In today’s context we have the twin issues of SARS-CoV-2 and climate change. In the first case we have been led to believe that settled science proves that lockdowns and masks work and that the virus was of natural origin. In each case unpicking of the data, some of it concealed for whatever reason, undermines all three conclusions. We were bamboozled into believing that settled science showed that there would be an explosion of deaths, failing to see that the conclusion was not based on facts but on prophecy. We were told that settled science proved that vaccines were safe and effective, but when doubters asked for the evidence, this was largely absent, and our belief that settled science had proved the safety of m-RNA vaccines was destroyed by analysis proving significant DNA contamination. There is a hypothetical risk to this, but that risk remains unquantified if indeed it exists at all, but it is unsettling to think there might be a significant risk. Would it not be safer to do some long-term studies before exposing a global population?
The debate on climate change has also relied on models, and settled science activists have brushed aside the GIGO axiom – garbage in, garbage out. They have also failed to quantify the relative contributions of fossil fuel burning, volcanic eruptions, solar storms and sunspot activity, changes in the Earth’s magnetic field, deforestation and water diversion and failed to understand the effect of urbanisation. In plunging headlong into the promotion of so-called renewable energy they have also fallen into another common trap – that of proclaiming the benefits while failing to analyse what could possibly go wrong.

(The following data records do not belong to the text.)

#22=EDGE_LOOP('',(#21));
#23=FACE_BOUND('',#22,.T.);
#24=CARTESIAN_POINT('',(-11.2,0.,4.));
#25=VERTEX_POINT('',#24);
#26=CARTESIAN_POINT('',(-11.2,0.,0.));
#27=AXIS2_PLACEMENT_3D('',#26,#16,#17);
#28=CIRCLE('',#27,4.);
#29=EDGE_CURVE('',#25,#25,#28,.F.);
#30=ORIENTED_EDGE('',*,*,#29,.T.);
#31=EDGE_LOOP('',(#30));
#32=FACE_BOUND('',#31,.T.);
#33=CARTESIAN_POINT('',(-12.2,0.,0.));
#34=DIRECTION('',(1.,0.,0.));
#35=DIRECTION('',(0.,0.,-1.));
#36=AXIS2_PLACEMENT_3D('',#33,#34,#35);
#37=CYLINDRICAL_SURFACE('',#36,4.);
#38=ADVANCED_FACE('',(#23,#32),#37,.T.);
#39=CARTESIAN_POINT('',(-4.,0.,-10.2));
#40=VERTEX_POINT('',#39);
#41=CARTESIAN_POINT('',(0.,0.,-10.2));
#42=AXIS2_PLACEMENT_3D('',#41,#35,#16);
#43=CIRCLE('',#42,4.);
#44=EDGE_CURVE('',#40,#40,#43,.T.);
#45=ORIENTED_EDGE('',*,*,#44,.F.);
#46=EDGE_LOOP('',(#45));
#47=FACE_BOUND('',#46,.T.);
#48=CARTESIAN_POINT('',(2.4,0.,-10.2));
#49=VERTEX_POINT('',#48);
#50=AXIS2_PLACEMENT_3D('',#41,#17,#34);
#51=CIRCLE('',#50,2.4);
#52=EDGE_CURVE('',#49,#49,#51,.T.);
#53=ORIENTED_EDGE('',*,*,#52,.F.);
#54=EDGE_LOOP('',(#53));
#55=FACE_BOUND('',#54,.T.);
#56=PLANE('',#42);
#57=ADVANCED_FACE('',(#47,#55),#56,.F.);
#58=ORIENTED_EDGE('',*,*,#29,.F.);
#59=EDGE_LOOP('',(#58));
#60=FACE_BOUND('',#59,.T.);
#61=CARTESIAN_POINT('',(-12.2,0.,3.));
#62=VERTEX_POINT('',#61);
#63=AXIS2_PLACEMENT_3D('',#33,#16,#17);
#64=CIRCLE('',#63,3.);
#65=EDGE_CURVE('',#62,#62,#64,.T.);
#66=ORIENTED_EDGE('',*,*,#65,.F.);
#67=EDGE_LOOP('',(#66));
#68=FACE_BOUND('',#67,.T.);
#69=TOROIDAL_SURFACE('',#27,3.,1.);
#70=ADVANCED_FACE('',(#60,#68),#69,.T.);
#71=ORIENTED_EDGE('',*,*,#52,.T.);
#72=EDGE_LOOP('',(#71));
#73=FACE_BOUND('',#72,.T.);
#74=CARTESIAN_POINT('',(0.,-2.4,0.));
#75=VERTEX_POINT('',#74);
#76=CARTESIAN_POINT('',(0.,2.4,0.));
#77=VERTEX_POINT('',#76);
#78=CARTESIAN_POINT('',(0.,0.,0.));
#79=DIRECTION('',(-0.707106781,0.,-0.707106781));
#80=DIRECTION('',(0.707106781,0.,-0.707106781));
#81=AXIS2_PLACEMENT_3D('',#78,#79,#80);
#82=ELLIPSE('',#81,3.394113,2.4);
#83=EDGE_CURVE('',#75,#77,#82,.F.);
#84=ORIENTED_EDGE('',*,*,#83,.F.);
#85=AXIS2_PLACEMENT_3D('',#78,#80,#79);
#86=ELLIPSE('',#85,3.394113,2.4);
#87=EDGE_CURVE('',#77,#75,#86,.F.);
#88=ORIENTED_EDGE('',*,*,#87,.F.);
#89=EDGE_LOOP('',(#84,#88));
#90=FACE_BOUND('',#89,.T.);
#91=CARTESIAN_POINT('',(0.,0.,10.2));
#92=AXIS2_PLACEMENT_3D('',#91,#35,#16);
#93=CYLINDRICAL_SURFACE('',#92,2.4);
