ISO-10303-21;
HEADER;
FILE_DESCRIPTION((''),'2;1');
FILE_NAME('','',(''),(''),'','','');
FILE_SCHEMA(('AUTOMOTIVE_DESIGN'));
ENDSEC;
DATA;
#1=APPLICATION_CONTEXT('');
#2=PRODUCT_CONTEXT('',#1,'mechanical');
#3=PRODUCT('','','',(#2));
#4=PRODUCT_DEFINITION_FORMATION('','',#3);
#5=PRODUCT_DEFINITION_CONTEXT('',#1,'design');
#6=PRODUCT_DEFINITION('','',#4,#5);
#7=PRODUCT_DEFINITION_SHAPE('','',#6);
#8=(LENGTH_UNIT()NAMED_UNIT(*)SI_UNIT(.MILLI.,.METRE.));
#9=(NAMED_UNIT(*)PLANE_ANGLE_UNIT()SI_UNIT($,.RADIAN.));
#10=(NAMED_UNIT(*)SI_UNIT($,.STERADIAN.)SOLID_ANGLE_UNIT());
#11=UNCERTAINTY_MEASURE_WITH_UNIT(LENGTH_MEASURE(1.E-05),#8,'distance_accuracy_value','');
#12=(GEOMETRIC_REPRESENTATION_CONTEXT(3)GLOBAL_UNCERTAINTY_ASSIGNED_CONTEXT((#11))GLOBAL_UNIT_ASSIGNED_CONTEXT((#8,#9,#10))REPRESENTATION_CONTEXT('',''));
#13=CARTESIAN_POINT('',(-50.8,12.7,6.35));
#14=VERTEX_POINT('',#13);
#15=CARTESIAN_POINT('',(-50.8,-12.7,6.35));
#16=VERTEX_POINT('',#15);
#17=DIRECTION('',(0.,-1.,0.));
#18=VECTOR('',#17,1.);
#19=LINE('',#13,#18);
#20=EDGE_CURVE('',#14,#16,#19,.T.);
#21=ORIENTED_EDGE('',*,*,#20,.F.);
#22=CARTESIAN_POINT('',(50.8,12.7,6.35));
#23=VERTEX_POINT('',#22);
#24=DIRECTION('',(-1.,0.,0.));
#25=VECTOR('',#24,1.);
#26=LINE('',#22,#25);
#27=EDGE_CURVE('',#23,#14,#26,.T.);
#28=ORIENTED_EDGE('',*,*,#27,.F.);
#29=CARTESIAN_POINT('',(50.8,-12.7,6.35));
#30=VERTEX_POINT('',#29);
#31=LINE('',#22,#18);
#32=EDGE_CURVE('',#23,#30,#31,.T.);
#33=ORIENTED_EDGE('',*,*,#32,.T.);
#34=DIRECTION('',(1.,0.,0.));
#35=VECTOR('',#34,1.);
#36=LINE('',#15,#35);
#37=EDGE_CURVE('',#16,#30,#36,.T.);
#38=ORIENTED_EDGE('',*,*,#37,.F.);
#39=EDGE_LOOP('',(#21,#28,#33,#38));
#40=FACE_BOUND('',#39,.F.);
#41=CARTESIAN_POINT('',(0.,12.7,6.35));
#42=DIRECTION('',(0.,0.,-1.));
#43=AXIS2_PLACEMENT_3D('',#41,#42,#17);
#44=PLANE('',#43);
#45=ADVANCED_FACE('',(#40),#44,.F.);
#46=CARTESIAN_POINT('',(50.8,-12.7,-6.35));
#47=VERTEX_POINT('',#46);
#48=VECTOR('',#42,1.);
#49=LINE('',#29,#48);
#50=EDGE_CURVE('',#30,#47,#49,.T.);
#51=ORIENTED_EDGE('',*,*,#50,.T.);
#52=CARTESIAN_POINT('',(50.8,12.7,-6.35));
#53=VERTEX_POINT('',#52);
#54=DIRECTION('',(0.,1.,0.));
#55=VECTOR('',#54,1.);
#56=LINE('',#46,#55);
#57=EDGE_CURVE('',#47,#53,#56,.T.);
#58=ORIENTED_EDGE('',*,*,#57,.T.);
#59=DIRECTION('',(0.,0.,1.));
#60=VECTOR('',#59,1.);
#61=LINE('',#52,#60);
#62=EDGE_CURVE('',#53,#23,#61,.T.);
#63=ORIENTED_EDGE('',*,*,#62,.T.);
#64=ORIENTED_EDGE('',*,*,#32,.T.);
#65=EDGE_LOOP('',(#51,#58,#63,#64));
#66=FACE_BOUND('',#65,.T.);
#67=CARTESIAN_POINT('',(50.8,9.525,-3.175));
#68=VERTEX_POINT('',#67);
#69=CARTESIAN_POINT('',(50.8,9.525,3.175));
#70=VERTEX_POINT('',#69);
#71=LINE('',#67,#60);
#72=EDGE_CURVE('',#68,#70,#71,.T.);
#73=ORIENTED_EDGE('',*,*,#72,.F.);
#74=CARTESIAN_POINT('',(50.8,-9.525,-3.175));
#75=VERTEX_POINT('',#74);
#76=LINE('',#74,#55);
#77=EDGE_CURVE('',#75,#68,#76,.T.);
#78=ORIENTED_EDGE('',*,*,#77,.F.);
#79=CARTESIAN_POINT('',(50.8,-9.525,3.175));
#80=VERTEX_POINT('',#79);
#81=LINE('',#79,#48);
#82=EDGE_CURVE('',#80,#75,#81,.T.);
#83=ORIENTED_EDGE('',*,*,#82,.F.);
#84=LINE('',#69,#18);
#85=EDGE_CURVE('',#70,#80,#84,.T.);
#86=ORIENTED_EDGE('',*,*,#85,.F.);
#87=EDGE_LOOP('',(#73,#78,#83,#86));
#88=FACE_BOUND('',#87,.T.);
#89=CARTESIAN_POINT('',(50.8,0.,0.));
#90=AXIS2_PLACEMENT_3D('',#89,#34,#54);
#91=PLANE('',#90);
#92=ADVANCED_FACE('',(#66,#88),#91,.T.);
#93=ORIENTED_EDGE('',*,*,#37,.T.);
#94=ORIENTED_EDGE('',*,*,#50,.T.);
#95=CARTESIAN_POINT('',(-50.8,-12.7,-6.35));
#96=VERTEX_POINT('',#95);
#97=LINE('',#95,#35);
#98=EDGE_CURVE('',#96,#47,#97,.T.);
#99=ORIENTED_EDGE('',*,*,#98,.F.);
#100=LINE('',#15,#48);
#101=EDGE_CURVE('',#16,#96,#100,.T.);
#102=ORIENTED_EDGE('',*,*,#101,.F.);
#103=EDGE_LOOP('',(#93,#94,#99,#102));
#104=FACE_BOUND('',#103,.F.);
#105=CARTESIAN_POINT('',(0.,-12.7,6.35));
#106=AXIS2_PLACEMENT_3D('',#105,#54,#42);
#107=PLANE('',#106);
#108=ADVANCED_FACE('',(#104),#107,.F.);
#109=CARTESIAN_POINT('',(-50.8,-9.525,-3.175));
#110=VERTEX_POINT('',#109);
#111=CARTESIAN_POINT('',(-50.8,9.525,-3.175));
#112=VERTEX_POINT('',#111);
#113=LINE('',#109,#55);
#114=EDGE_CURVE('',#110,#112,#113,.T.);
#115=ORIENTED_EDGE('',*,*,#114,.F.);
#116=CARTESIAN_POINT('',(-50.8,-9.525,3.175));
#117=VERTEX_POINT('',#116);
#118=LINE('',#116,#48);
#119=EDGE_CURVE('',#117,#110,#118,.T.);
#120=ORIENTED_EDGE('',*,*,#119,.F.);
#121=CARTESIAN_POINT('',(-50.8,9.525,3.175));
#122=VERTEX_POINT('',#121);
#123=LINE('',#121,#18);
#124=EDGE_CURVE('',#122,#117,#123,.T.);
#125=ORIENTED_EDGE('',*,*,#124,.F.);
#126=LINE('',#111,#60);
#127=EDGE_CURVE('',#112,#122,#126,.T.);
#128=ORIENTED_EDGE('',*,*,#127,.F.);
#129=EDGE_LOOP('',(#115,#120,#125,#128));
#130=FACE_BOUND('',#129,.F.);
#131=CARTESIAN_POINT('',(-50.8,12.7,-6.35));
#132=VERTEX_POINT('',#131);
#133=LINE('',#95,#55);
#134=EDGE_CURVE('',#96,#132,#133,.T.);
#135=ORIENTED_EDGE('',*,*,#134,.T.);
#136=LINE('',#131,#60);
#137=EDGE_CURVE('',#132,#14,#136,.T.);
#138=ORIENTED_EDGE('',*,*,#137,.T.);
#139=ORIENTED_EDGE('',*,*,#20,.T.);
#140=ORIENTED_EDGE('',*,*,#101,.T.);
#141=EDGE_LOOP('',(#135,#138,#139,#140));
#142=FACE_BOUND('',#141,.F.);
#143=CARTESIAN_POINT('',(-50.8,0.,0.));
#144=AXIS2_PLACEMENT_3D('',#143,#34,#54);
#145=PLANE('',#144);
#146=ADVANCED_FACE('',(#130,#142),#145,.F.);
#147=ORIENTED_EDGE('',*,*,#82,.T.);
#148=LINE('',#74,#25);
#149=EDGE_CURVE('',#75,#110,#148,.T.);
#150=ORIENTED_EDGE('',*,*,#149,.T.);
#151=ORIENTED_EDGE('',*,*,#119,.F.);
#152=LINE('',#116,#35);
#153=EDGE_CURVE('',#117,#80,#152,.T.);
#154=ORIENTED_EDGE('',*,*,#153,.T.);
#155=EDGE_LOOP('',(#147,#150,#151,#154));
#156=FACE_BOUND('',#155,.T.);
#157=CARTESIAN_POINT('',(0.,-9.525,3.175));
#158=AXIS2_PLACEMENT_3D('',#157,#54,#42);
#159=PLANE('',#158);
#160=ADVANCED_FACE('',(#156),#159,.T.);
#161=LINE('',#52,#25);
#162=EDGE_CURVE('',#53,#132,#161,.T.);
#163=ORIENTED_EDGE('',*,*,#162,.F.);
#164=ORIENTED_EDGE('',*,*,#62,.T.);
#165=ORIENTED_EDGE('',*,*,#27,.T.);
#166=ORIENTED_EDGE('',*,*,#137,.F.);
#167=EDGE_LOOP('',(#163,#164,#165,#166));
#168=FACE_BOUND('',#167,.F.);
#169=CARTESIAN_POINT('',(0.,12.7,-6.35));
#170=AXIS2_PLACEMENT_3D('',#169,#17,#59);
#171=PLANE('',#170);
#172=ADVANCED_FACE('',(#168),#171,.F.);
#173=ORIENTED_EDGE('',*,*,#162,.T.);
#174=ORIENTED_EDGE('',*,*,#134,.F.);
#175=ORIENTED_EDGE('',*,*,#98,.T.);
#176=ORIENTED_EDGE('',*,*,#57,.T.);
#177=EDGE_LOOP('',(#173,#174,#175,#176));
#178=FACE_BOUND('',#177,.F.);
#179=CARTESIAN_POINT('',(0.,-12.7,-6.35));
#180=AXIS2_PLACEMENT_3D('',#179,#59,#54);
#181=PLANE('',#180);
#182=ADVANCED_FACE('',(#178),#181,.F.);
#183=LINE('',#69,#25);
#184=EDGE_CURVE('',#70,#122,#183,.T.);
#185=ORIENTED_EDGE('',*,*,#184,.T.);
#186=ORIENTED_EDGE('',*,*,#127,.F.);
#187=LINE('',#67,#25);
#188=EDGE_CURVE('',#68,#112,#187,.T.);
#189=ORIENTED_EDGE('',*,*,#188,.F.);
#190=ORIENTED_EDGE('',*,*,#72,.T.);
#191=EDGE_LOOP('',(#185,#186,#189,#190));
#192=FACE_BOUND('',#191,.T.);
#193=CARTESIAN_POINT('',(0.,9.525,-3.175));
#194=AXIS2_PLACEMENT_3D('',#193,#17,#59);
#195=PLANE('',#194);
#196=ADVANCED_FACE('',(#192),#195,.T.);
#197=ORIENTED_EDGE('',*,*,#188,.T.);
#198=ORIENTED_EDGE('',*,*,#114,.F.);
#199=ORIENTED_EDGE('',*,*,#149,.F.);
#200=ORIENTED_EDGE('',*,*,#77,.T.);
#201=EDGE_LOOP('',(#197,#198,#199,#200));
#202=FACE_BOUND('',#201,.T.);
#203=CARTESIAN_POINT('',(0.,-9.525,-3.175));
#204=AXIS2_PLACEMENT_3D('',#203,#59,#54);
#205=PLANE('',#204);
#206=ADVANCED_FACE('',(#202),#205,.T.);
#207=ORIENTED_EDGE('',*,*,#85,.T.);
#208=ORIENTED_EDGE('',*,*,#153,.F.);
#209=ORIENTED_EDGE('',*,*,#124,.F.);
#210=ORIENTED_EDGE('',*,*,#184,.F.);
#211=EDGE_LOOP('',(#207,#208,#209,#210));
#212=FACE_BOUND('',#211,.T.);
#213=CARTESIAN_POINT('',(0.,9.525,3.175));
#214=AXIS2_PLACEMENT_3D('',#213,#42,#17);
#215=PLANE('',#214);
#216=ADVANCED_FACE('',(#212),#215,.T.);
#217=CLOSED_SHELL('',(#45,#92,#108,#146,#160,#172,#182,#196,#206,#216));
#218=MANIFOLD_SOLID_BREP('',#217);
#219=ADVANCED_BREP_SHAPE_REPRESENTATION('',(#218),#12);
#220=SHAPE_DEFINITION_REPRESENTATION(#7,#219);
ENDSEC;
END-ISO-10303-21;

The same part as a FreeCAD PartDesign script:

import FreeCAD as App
import Part
import Sketcher

V = App.Vector
Q = App.Units.Quantity


def add_polygon(sketch, points):
    """Adds a closed chain of lines whose ends are joined by coincident constraints."""
    first, n = sketch.GeometryCount, len(points)
    for a, b in zip(points, points[1:] + points[:1]):
        sketch.addGeometry(Part.LineSegment(App.Vector(*a, 0), App.Vector(*b, 0)), False)
    for i in range(n):
        sketch.addConstraint(Sketcher.Constraint("Coincident", first + i, 2, first + (i + 1) % n, 1))

doc = App.newDocument("Part")
body = doc.addObject("PartDesign::Body", "Body")

sketch1 = body.newObject("Sketcher::SketchObject", "Sketch")
sketch1.AttachmentSupport = (doc.getObject("YZ_Plane"), [""])
sketch1.MapMode = "FlatFace"
add_polygon(sketch1, [(12.7, 6.35), (-12.7, 6.35), (-12.7, -6.35), (12.7, -6.35)])
add_polygon(sketch1, [(-9.525, -3.175), (-9.525, 3.175), (9.525, 3.175), (9.525, -3.175)])
sketch1.addConstraint(Sketcher.Constraint("Horizontal", 0))
sketch1.addConstraint(Sketcher.Constraint("Vertical", 1))
sketch1.addConstraint(Sketcher.Constraint("Horizontal", 2))
sketch1.addConstraint(Sketcher.Constraint("Vertical", 3))
sketch1.addConstraint(Sketcher.Constraint("Vertical", 4))
sketch1.addConstraint(Sketcher.Constraint("Horizontal", 5))
sketch1.addConstraint(Sketcher.Constraint("Vertical", 6))
sketch1.addConstraint(Sketcher.Constraint("Horizontal", 7))
sketch1.addConstraint(Sketcher.Constraint("Symmetric", 0, 2, 2, 2, -1, 1))
sketch1.addConstraint(Sketcher.Constraint("Symmetric", 4, 2, 6, 2, -1, 1))
sketch1.addConstraint(Sketcher.Constraint("DistanceX", 0, 2, 0, 1, Q("1 in")))
sketch1.addConstraint(Sketcher.Constraint("DistanceY", 1, 2, 1, 1, Q("0.5 in")))
sketch1.addConstraint(Sketcher.Constraint("DistanceY", -1, 1, 4, 2, Q("0.125 in")))
sketch1.addConstraint(Sketcher.Constraint("DistanceX", 0, 2, 4, 2, Q("0.125 in")))
pad1 = body.newObject("PartDesign::Pad", "Pad")
pad1.Profile = sketch1
pad1.Length = Q("4 in")
pad1.Midplane = True

doc.recompute()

If, as I was told this week, five of 50 luxury cars of the same marque had to be returned to the saleroom for replacement of their batteries after less than two years, what are the costs both to purchaser and manufacturer? If spontaneous combustion risk causes insurance premiums for such vehicles to become unaffordable, what is the future, let alone the likelihood that demands on electricity supply will become unmanageable, so the cost of recharging goes up and also becomes unaffordable? And this set of risks excludes any analysis of whether the climate is really changing as dramatically as the prophets foretell, which factual evidence seems to contradict.
When sceptics raise all or any of these contradictions they are disparaged as vaccine deniers, climate change deniers and dangerous fanatics. If there is doubt, then say so. There is nothing wrong with saying you don’t know. While there are undoubtedly some proponents of wacky conspiracies lurking in the undergrowth, the huge majority of sceptics have merely analysed the data in a scientific way and unravelled the settled science consensus. And then the settled scientists themselves become deniers because they are too rigid to change their minds despite the revelation of incontrovertible facts.
These few examples lead to the inescapable conclusion that there is no such thing as ‘Settled Science’. Such science may be informed by dogma, belief, poor research, inadequate information and even fraud. New investigative techniques, re-analysis of past work, repeats of trials in the light of new knowledge all confirm that science may change. ‘Settled Science’ is an oxymoron. Let’s leave it behind.
Dr Andrew Bamji is a retired Consultant Rheumatologist and author of Mad Medicine: Myths, Maxims and Mayhem in the National Health Service.